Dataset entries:
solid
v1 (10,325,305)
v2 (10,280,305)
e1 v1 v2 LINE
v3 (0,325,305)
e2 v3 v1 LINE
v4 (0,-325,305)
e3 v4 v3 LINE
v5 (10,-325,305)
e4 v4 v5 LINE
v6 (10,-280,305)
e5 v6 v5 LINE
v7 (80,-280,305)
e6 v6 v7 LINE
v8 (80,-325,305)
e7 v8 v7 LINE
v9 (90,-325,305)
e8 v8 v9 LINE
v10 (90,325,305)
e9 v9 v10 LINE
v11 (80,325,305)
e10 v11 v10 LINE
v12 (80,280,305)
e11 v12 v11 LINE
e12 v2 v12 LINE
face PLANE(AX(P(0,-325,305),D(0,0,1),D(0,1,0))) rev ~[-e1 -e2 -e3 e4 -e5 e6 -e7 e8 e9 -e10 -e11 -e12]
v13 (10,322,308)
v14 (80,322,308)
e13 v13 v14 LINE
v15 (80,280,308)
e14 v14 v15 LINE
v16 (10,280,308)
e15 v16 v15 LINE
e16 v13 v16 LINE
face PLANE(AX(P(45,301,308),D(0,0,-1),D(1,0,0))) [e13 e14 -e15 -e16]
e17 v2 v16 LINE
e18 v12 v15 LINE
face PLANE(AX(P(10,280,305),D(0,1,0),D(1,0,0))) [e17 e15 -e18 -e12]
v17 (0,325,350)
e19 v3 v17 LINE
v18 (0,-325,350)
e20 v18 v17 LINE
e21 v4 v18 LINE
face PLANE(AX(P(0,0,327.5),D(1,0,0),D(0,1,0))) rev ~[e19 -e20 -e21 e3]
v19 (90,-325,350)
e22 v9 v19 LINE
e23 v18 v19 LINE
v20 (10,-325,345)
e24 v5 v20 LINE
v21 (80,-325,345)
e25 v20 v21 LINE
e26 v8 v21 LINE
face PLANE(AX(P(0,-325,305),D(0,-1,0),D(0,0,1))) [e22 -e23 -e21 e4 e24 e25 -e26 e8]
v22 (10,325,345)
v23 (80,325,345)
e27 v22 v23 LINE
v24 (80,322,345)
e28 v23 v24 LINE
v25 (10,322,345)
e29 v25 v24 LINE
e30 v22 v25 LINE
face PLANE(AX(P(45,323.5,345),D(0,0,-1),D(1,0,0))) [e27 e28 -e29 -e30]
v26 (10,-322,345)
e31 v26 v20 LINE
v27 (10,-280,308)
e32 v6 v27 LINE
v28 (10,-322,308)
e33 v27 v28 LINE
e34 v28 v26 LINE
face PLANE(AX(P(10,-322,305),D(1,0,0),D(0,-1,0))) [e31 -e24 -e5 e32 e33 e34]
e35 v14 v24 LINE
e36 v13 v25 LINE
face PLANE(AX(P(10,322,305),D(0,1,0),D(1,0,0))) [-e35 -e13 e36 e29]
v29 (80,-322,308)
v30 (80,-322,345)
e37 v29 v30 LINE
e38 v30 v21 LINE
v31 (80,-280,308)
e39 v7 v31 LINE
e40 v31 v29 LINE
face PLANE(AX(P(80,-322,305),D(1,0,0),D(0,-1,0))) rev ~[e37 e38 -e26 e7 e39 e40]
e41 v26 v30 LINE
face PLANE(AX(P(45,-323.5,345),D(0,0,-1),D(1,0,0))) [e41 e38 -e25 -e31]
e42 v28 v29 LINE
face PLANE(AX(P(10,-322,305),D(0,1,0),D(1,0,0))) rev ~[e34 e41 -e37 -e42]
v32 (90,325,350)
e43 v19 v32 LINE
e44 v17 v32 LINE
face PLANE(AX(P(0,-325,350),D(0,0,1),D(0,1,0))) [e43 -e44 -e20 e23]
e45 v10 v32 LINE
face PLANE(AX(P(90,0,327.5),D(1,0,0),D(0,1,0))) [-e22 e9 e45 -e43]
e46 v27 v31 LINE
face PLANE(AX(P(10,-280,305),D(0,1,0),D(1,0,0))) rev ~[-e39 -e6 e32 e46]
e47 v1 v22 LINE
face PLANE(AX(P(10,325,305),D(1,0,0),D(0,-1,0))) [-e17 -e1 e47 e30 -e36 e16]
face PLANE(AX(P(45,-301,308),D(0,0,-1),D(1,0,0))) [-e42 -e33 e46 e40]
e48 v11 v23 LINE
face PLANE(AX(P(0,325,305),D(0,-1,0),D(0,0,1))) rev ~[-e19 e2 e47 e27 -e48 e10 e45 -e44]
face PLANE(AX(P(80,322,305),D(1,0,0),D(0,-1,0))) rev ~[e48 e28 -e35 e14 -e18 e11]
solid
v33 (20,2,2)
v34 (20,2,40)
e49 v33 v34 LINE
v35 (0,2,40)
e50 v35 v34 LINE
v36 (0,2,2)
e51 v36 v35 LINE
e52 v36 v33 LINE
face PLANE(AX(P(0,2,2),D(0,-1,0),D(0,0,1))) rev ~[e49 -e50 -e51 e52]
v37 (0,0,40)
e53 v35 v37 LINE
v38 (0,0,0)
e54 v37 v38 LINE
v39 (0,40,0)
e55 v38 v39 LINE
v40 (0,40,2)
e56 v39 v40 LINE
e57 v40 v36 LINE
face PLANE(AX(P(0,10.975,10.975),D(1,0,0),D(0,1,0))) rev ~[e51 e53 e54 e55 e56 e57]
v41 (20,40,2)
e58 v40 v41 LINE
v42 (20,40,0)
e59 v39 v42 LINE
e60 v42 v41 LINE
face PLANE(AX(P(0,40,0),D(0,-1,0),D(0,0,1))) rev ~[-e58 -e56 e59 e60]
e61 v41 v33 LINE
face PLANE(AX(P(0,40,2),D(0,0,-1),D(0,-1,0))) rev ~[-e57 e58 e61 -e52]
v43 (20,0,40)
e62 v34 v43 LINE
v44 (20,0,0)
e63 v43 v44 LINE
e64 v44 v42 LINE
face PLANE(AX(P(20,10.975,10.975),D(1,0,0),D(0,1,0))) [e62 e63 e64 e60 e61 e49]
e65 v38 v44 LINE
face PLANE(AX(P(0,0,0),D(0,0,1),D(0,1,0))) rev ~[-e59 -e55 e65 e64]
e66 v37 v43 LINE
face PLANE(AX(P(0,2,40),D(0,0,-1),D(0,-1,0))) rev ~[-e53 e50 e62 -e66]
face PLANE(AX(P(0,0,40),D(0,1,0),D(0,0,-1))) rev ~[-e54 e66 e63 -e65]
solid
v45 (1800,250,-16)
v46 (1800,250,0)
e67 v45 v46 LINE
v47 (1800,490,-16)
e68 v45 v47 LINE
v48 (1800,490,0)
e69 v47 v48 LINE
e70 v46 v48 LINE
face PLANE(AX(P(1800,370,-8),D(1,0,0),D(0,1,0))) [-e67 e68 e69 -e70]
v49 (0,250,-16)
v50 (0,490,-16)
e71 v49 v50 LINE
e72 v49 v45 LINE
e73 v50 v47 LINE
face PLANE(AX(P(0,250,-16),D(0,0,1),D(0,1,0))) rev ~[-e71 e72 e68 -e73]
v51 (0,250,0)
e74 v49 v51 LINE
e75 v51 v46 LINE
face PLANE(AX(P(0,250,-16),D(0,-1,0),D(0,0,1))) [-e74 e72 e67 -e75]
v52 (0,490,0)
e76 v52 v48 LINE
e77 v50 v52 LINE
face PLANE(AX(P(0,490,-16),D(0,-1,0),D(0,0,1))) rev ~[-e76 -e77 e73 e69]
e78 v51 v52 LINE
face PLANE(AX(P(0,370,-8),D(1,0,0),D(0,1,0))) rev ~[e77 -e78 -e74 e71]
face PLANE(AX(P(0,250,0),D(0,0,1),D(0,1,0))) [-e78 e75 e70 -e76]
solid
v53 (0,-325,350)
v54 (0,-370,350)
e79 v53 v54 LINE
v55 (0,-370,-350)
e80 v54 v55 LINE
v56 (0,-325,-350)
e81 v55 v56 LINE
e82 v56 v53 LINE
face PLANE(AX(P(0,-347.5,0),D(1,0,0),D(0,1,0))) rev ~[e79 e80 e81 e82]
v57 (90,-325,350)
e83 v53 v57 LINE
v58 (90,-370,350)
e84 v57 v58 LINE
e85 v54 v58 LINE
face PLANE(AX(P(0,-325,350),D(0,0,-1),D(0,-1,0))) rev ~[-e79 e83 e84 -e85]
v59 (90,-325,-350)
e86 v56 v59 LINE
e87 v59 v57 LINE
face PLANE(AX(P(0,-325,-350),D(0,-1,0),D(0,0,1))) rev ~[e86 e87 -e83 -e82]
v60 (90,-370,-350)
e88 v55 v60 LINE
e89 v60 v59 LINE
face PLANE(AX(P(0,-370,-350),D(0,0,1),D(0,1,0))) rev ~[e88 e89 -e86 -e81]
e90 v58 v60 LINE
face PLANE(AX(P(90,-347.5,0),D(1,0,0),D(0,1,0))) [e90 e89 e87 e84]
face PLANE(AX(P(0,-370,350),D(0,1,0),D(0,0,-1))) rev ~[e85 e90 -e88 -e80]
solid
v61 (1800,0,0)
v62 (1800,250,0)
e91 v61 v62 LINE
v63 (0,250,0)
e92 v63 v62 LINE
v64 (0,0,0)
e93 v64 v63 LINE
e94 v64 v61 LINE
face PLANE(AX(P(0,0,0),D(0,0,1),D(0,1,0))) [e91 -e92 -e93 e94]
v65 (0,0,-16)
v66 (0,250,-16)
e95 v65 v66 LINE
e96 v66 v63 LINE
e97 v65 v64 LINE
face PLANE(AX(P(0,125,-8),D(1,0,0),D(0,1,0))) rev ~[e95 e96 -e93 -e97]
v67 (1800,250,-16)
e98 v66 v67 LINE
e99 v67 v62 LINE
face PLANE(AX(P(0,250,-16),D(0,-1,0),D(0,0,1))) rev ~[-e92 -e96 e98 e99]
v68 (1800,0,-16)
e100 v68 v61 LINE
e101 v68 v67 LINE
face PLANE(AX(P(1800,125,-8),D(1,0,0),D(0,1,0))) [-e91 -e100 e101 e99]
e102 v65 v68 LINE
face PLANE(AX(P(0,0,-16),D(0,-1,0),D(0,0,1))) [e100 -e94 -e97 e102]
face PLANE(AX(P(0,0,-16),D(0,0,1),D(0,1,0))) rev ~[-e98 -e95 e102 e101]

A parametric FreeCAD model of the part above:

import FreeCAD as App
import Part
import Sketcher
from FreeCAD import Vector

doc = App.newDocument("Part")
params = doc.addObject("Spreadsheet::Sheet", "Params")
for row, (alias, value) in enumerate([
    ("sketch1_width", "45 mm"),
    ("sketch1_height", "700 mm"),
    ("pad1_length", "90 mm"),
    ("sketch2_width", "650 mm"),
    ("sketch2_height", "45 mm"),
    ("pad2_length", "90 mm"),
    ("sketch3_width", "70 mm"),
    ("sketch3_height", "3 mm"),
    ("pocket1_length", "40 mm"),
    ("sketch4_width", "70 mm"),
    ("sketch4_height", "42 mm"),
    ("pocket2_length", "3 mm"),
    ("sketch5_width", "2 mm"),
    ("sketch5_width2", "40 mm"),
    ("pad3_length", "20 mm"),
    ("sketch6_width", "250 mm"),
    ("sketch6_height", "16 mm"),
    ("pad4_length", "1800 mm"),
    ("sketch7_width", "240 mm"),
    ("sketch7_height", "16 mm"),
    ("pad5_length", "1800 mm"),
], start=1):
    params.set(f"A{row}", alias)
    params.set(f"B{row}", "=" + value)
    params.setAlias(f"B{row}", alias)

body = doc.addObject("PartDesign::Body", "Body")

sketch1 = body.newObject("Sketcher::SketchObject", "Sketch")
sketch1.AttachmentSupport = (doc.getObject("YZ_Plane"), [""])
sketch1.MapMode = "FlatFace"
sketch1.addGeometry([
    Part.LineSegment(Vector(-325, 350, 0), Vector(-370, 350, 0)),
    Part.LineSegment(Vector(-370, 350, 0), Vector(-370, -350, 0)),
    Part.LineSegment(Vector(-370, -350, 0), Vector(-325, -350, 0)),
    Part.LineSegment(Vector(-325, -350, 0), Vector(-325, 350, 0)),
], False)
sketch1.addConstraint([
    Sketcher.Constraint("Coincident", 0, 2, 1, 1),
    Sketcher.Constraint("Coincident", 1, 2, 2, 1),
    Sketcher.Constraint("Coincident", 2, 2, 3, 1),
    Sketcher.Constraint("Coincident", 3, 2, 0, 1),
    Sketcher.Constraint("Horizontal", 0),
    Sketcher.Constraint("Vertical", 1),
    Sketcher.Constraint("Horizontal", 2),
    Sketcher.Constraint("Vertical", 3),
    Sketcher.Constraint("DistanceX", 0, 2, 0, 1, 45.0),
    Sketcher.Constraint("DistanceY", 1, 2, 1, 1, 700.0),
    Sketcher.Constraint("DistanceX", 0, 2, -1, 1, 370.0),
    Sketcher.Constraint("DistanceY", -1, 1, 0, 2, 350.0),
])
sketch1.setExpression("Constraints[8]", "Params.sketch1_width")
sketch1.setExpression("Constraints[9]", "Params.sketch1_height")
pad1 = body.newObject("PartDesign::Pad", "Pad")
pad1.Profile = sketch1
pad1.setExpression("Length", "Params.pad1_length")
body2 = doc.addObject("PartDesign::Body", "Body001")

> **Directions for this task**
Please return only the lines above, starting at the line that has "v37 (0,0,40)" and ending at the line that has "face PLANE(AX(P(20,10.975,10.975),D(1,0,0),D(0,1,0))) [e62", keeping both and leaving each one unchanged.

> **Answer to the problem**
v37 (0,0,40)
e53 v35 v37 LINE
v38 (0,0,0)
e54 v37 v38 LINE
v39 (0,40,0)
e55 v38 v39 LINE
v40 (0,40,2)
e56 v39 v40 LINE
e57 v40 v36 LINE
face PLANE(AX(P(0,10.975,10.975),D(1,0,0),D(0,1,0))) rev ~[e51 e53 e54 e55 e56 e57]
v41 (20,40,2)
e58 v40 v41 LINE
v42 (20,40,0)
e59 v39 v42 LINE
e60 v42 v41 LINE
face PLANE(AX(P(0,40,0),D(0,-1,0),D(0,0,1))) rev ~[-e58 -e56 e59 e60]
e61 v41 v33 LINE
face PLANE(AX(P(0,40,2),D(0,0,-1),D(0,-1,0))) rev ~[-e57 e58 e61 -e52]
v43 (20,0,40)
e62 v34 v43 LINE
v44 (20,0,0)
e63 v43 v44 LINE
e64 v44 v42 LINE
face PLANE(AX(P(20,10.975,10.975),D(1,0,0),D(0,1,0))) [e62 e63 e64 e60 e61 e49]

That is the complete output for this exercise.